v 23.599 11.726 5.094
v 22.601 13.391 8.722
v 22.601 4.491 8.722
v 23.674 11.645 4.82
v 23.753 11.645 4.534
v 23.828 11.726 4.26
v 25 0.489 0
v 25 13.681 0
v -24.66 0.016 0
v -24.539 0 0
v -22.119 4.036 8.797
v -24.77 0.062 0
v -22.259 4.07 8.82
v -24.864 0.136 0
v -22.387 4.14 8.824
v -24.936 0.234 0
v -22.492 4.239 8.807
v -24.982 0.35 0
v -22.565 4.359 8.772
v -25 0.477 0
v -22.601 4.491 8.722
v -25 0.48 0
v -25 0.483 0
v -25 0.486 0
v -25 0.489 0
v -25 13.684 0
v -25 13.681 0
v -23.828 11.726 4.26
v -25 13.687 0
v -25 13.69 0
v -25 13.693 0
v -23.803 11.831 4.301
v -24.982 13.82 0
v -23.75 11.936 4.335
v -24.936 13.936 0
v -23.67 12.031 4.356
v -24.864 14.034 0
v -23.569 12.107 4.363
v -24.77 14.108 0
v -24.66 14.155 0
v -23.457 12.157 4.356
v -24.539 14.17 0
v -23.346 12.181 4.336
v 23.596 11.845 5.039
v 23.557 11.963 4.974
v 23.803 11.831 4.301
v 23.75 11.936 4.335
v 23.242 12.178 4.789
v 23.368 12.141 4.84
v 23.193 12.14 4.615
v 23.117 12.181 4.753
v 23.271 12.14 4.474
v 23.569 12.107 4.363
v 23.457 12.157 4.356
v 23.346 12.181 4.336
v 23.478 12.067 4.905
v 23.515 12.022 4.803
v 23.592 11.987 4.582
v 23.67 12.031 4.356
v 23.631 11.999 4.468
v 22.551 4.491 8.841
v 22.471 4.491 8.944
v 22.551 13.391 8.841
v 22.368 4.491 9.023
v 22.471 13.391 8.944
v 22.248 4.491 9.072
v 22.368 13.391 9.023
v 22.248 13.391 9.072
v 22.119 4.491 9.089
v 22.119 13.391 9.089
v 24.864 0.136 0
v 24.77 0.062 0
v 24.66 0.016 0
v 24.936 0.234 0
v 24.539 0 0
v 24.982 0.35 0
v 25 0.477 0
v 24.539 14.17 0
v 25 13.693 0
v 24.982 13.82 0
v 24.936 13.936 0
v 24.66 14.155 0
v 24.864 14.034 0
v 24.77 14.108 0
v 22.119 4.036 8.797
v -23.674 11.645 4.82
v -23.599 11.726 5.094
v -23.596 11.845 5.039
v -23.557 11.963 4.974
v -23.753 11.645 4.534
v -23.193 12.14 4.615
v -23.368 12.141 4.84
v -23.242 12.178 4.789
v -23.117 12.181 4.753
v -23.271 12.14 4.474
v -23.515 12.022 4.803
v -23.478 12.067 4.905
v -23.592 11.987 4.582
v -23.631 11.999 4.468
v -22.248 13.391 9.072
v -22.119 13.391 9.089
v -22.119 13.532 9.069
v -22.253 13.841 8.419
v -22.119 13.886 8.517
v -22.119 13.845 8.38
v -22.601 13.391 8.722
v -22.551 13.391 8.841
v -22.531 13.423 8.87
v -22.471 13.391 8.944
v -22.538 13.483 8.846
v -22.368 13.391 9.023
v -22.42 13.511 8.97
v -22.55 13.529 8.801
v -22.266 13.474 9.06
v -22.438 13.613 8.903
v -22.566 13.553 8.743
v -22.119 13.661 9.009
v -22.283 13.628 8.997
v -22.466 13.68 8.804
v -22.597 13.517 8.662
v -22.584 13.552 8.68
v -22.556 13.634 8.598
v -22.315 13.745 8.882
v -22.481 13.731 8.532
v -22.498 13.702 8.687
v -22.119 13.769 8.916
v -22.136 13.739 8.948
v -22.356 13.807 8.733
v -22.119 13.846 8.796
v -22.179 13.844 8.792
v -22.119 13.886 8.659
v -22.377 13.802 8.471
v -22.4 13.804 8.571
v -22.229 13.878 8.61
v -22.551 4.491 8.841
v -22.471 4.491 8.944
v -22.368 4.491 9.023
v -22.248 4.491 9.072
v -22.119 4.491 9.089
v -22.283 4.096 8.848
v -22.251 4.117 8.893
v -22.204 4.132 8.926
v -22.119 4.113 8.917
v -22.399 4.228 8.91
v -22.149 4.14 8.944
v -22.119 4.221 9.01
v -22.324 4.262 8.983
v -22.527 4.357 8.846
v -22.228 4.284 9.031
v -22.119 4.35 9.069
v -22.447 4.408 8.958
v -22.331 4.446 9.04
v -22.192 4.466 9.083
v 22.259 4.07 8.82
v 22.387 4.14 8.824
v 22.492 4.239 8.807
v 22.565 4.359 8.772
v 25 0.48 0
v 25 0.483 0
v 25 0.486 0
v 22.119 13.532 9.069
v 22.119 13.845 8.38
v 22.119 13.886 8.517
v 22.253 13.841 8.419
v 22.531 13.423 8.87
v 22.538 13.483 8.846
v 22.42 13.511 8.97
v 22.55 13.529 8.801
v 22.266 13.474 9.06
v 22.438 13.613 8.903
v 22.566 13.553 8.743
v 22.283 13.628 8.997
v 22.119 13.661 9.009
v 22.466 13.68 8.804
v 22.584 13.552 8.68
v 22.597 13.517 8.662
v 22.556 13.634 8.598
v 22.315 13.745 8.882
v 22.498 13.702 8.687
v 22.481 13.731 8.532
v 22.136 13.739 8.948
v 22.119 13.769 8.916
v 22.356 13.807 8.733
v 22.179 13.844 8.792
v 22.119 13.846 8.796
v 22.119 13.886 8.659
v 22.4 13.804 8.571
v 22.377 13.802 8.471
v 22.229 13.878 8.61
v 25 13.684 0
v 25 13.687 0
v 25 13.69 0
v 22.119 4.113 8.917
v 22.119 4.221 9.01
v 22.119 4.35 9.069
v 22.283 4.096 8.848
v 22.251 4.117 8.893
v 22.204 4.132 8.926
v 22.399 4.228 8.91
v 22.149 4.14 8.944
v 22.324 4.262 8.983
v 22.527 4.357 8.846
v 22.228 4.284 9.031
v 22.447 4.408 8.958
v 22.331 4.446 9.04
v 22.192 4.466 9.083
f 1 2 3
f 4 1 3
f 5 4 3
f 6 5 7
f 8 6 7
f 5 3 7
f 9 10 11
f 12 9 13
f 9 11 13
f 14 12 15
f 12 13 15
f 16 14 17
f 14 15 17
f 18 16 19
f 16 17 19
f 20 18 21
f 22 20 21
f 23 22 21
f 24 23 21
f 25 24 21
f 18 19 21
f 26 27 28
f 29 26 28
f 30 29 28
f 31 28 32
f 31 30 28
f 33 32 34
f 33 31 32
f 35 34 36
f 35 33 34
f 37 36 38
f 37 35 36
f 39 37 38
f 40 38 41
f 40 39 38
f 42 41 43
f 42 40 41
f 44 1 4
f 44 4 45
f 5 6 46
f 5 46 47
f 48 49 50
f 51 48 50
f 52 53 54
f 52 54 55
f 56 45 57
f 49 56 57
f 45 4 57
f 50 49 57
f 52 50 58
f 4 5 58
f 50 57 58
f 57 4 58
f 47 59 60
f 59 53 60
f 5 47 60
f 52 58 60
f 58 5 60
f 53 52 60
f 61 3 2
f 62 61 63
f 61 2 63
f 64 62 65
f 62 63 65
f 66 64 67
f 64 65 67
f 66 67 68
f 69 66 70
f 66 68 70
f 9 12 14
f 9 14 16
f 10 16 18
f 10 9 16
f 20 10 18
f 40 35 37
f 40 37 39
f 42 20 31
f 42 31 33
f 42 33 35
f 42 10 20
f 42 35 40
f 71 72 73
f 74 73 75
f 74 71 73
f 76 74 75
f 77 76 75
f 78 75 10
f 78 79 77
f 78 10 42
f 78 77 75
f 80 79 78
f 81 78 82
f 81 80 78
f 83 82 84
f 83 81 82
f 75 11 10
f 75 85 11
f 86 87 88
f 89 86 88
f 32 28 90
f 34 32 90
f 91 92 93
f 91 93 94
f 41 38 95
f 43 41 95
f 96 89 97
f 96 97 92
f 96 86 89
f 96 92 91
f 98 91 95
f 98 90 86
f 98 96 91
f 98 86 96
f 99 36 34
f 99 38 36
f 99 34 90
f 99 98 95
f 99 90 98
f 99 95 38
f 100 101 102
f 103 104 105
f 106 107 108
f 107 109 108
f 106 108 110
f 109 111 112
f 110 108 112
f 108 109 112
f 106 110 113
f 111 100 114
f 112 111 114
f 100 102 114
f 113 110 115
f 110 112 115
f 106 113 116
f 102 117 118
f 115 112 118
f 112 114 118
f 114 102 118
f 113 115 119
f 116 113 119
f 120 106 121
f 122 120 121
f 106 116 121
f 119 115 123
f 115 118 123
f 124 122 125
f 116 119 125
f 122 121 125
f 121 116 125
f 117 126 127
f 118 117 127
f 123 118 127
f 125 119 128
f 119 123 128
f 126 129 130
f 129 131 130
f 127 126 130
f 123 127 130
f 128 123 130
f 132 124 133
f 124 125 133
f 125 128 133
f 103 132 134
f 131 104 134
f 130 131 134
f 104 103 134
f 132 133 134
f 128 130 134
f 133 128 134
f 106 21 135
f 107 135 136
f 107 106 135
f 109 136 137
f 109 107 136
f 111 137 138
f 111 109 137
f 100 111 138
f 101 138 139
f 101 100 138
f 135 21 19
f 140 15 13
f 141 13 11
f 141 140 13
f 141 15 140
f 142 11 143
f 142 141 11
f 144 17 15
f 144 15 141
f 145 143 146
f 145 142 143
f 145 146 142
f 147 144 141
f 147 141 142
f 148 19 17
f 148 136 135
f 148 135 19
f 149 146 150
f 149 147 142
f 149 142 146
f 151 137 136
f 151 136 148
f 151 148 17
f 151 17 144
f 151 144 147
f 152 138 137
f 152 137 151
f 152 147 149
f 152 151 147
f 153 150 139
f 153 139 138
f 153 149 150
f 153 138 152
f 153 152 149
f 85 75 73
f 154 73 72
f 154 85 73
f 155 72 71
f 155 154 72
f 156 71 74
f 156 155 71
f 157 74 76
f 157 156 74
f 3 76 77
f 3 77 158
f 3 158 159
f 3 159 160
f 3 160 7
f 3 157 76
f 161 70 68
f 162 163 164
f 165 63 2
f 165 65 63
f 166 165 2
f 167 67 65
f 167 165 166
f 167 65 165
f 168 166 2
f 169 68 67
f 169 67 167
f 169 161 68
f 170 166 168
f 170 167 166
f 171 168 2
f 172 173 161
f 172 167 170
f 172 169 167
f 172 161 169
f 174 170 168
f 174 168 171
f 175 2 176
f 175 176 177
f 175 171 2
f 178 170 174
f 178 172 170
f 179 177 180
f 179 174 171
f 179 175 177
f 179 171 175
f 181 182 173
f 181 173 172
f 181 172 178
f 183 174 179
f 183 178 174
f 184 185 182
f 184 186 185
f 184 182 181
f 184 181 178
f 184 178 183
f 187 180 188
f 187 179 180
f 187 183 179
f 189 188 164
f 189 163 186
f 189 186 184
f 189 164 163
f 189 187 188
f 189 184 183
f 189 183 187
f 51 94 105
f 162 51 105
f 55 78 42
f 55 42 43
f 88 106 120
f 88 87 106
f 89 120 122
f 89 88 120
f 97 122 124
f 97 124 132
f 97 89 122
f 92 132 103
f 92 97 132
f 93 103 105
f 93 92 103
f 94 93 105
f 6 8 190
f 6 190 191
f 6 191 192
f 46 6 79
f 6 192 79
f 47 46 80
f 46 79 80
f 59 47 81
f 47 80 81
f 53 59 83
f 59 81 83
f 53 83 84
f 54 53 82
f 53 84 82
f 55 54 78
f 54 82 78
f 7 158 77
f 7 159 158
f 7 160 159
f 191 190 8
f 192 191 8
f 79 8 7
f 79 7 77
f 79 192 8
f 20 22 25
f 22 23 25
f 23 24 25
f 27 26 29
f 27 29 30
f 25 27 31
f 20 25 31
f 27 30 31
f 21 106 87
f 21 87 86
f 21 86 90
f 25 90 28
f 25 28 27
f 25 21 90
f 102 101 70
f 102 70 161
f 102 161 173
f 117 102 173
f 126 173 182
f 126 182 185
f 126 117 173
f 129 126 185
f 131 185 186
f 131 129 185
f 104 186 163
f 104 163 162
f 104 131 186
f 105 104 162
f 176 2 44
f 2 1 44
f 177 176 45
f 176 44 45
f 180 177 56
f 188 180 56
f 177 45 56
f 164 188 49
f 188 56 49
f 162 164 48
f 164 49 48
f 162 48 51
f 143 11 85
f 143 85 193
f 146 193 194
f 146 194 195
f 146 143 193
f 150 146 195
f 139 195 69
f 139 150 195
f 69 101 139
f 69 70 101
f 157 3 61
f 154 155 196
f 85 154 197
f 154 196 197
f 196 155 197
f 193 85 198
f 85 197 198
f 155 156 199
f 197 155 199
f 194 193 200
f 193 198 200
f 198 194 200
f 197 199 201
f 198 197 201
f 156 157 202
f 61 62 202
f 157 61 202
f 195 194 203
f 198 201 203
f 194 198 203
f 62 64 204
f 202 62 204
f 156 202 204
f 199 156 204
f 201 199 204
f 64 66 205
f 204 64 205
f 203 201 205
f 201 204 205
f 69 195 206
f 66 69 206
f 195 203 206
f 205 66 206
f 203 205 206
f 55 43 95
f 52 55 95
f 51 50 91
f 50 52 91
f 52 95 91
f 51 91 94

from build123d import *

# Parameters (mm, degrees)
F1_DEPTH = 25
F3_DEPTH = 14.1712295243
F4_R     = 0.5


with BuildPart() as f1:
    # F0 (on Right) → F1 (new body)
    with BuildSketch(Plane.YZ):
        Polygon((4.1702295243, 9.0889595507), (0, 0), (14.1702295243, 0), (12.0851147622, 4.5444797754), (14.1702295243, 9.0889595507), align=None)
    extrude(amount=F1_DEPTH)

    # F2 (on Front) → F3 (cut, through all)
    with BuildSketch(Plane.XZ):
        Polygon((22.5001233071, 9.0889595507), (25.0001233071, 0), (25.0001233071, 9.0889595507), align=None)
    extrude(amount=-F3_DEPTH, mode=Mode.SUBTRACT)

    # F4
    f4_edges = [f1.edges().sort_by_distance(p)[0] for p in [
        (11.250062, 14.17023, 9.08896),
        (11.875062, 12.085115, 4.54448),
        (22.500123, 9.17023, 9.08896),
        (23.125123, 13.127672, 6.81672),
        (23.750062, 2.085218, 4.544704),
        (11.250062, 4.17023, 9.08896),
        (24.375062, 13.127569, 2.272464),
    ]]
    fillet(f4_edges, radius=F4_R)

    # F5: F1 across face


with BuildPart() as f1_1:
    add(f1.part)
    add(f1.part.mirror(Plane(origin=(0, 7.5492536206, 4.2511231401), x_dir=(0, 1, 0), z_dir=(-1, 0, 0))))


solid = f1_1.part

TRY IT: Could you reproduce, exactly, every line above from the line with "v -22.466 13.68 8.804" to the line with "v 22.119 13.532 9.069", and no other line? Both ends count.

COMPLETED TASK:
v -22.466 13.68 8.804
v -22.597 13.517 8.662
v -22.584 13.552 8.68
v -22.556 13.634 8.598
v -22.315 13.745 8.882
v -22.481 13.731 8.532
v -22.498 13.702 8.687
v -22.119 13.769 8.916
v -22.136 13.739 8.948
v -22.356 13.807 8.733
v -22.119 13.846 8.796
v -22.179 13.844 8.792
v -22.119 13.886 8.659
v -22.377 13.802 8.471
v -22.4 13.804 8.571
v -22.229 13.878 8.61
v -22.551 4.491 8.841
v -22.471 4.491 8.944
v -22.368 4.491 9.023
v -22.248 4.491 9.072
v -22.119 4.491 9.089
v -22.283 4.096 8.848
v -22.251 4.117 8.893
v -22.204 4.132 8.926
v -22.119 4.113 8.917
v -22.399 4.228 8.91
v -22.149 4.14 8.944
v -22.119 4.221 9.01
v -22.324 4.262 8.983
v -22.527 4.357 8.846
v -22.228 4.284 9.031
v -22.119 4.35 9.069
v -22.447 4.408 8.958
v -22.331 4.446 9.04
v -22.192 4.466 9.083
v 22.259 4.07 8.82
v 22.387 4.14 8.824
v 22.492 4.239 8.807
v 22.565 4.359 8.772
v 25 0.48 0
v 25 0.483 0
v 25 0.486 0
v 22.119 13.532 9.069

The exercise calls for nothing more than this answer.